Stored data:
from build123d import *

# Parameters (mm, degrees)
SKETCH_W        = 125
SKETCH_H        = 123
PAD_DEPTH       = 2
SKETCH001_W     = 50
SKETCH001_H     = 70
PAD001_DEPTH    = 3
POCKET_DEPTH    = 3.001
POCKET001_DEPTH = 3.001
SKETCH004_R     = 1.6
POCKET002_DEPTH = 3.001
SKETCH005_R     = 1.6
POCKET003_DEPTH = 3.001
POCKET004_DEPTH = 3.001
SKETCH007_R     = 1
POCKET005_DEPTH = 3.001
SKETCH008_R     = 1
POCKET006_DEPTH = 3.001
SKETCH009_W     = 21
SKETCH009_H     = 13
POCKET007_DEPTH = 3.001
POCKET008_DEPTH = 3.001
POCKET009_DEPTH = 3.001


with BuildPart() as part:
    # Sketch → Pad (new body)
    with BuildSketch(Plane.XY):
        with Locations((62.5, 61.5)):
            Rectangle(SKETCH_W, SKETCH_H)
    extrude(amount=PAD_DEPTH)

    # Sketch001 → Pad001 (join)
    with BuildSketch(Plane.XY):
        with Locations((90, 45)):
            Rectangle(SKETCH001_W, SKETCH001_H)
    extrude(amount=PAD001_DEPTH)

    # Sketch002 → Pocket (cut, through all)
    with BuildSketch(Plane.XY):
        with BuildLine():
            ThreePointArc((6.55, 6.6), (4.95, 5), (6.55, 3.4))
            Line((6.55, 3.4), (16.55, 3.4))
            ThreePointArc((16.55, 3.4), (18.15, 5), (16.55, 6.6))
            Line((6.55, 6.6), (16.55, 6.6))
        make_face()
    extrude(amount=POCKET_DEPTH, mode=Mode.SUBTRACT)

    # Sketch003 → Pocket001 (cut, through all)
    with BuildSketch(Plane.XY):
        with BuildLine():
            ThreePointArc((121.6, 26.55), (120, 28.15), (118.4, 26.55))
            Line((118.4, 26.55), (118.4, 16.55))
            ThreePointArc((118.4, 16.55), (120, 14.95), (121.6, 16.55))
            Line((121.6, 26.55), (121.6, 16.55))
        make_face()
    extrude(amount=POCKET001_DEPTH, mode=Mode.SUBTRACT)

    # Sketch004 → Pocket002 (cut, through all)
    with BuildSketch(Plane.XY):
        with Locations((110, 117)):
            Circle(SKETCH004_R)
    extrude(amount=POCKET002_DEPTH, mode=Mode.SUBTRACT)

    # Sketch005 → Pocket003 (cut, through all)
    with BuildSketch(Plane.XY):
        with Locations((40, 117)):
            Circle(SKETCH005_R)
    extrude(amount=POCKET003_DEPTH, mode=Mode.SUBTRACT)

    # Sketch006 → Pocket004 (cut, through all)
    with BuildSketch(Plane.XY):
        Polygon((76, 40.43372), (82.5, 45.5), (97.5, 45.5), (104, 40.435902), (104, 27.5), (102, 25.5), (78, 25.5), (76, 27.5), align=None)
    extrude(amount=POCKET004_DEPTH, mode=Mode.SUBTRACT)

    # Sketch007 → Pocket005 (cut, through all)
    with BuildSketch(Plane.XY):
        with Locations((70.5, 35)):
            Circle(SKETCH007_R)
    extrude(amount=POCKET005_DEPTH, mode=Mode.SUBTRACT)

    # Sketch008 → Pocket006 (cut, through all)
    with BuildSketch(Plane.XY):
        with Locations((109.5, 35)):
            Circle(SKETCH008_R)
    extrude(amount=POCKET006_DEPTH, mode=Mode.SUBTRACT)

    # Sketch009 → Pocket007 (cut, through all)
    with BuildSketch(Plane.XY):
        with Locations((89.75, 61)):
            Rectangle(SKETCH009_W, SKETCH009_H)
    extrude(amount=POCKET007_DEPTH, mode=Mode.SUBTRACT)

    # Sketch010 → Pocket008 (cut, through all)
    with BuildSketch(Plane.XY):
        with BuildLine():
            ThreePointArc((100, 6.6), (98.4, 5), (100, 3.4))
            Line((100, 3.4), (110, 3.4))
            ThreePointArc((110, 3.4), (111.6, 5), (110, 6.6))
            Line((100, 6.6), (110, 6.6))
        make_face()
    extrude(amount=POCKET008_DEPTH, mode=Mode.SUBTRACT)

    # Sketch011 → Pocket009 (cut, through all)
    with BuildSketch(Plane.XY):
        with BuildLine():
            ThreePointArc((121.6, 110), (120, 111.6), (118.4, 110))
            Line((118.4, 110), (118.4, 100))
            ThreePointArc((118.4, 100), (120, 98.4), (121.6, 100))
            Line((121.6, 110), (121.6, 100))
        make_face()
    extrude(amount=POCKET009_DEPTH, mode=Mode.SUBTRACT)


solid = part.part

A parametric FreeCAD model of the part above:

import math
import FreeCAD as App
import Part
import Sketcher
from FreeCAD import Vector

doc = App.newDocument("Part")
body = doc.addObject("PartDesign::Body", "Body")

# Sketch on XY plane
sketch1 = body.newObject("Sketcher::SketchObject", "Sketch")
sketch1.AttachmentSupport = (doc.getObject("XY_Plane"), [""])
sketch1.MapMode = "FlatFace"
sketch1.addGeometry(Part.LineSegment(Vector(0, 123, 0), Vector(0, 0, 0)), False)
sketch1.addGeometry(Part.LineSegment(Vector(0, 0, 0), Vector(125, 0, 0)), False)
sketch1.addGeometry(Part.LineSegment(Vector(125, 0, 0), Vector(125, 123, 0)), False)
sketch1.addGeometry(Part.LineSegment(Vector(125, 123, 0), Vector(0, 123, 0)), False)
sketch1.addConstraint(Sketcher.Constraint("Coincident", 0, 2, 1, 1))
sketch1.addConstraint(Sketcher.Constraint("Coincident", 1, 2, 2, 1))
sketch1.addConstraint(Sketcher.Constraint("Coincident", 2, 2, 3, 1))
sketch1.addConstraint(Sketcher.Constraint("Coincident", 3, 2, 0, 1))
sketch1.addConstraint(Sketcher.Constraint("Vertical", 0))
sketch1.addConstraint(Sketcher.Constraint("Horizontal", 1))
sketch1.addConstraint(Sketcher.Constraint("Vertical", 2))
sketch1.addConstraint(Sketcher.Constraint("Horizontal", 3))
sketch1.addConstraint(Sketcher.Constraint("Coincident", 0, 2, -1, 1))
sketch1.addConstraint(Sketcher.Constraint("DistanceX", 1, 1, 1, 2, 125.0))
sketch1.addConstraint(Sketcher.Constraint("DistanceY", 0, 2, 0, 1, 123.0))
pad1 = body.newObject("PartDesign::Pad", "Pad")
pad1.Profile = sketch1
pad1.Length = 2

◆ What you will do ◆
All lines that hold the word "Rectangle" should be copied from the data.

◆ Response for this exercise ◆
            Rectangle(SKETCH_W, SKETCH_H)
            Rectangle(SKETCH001_W, SKETCH001_H)
            Rectangle(SKETCH009_W, SKETCH009_H)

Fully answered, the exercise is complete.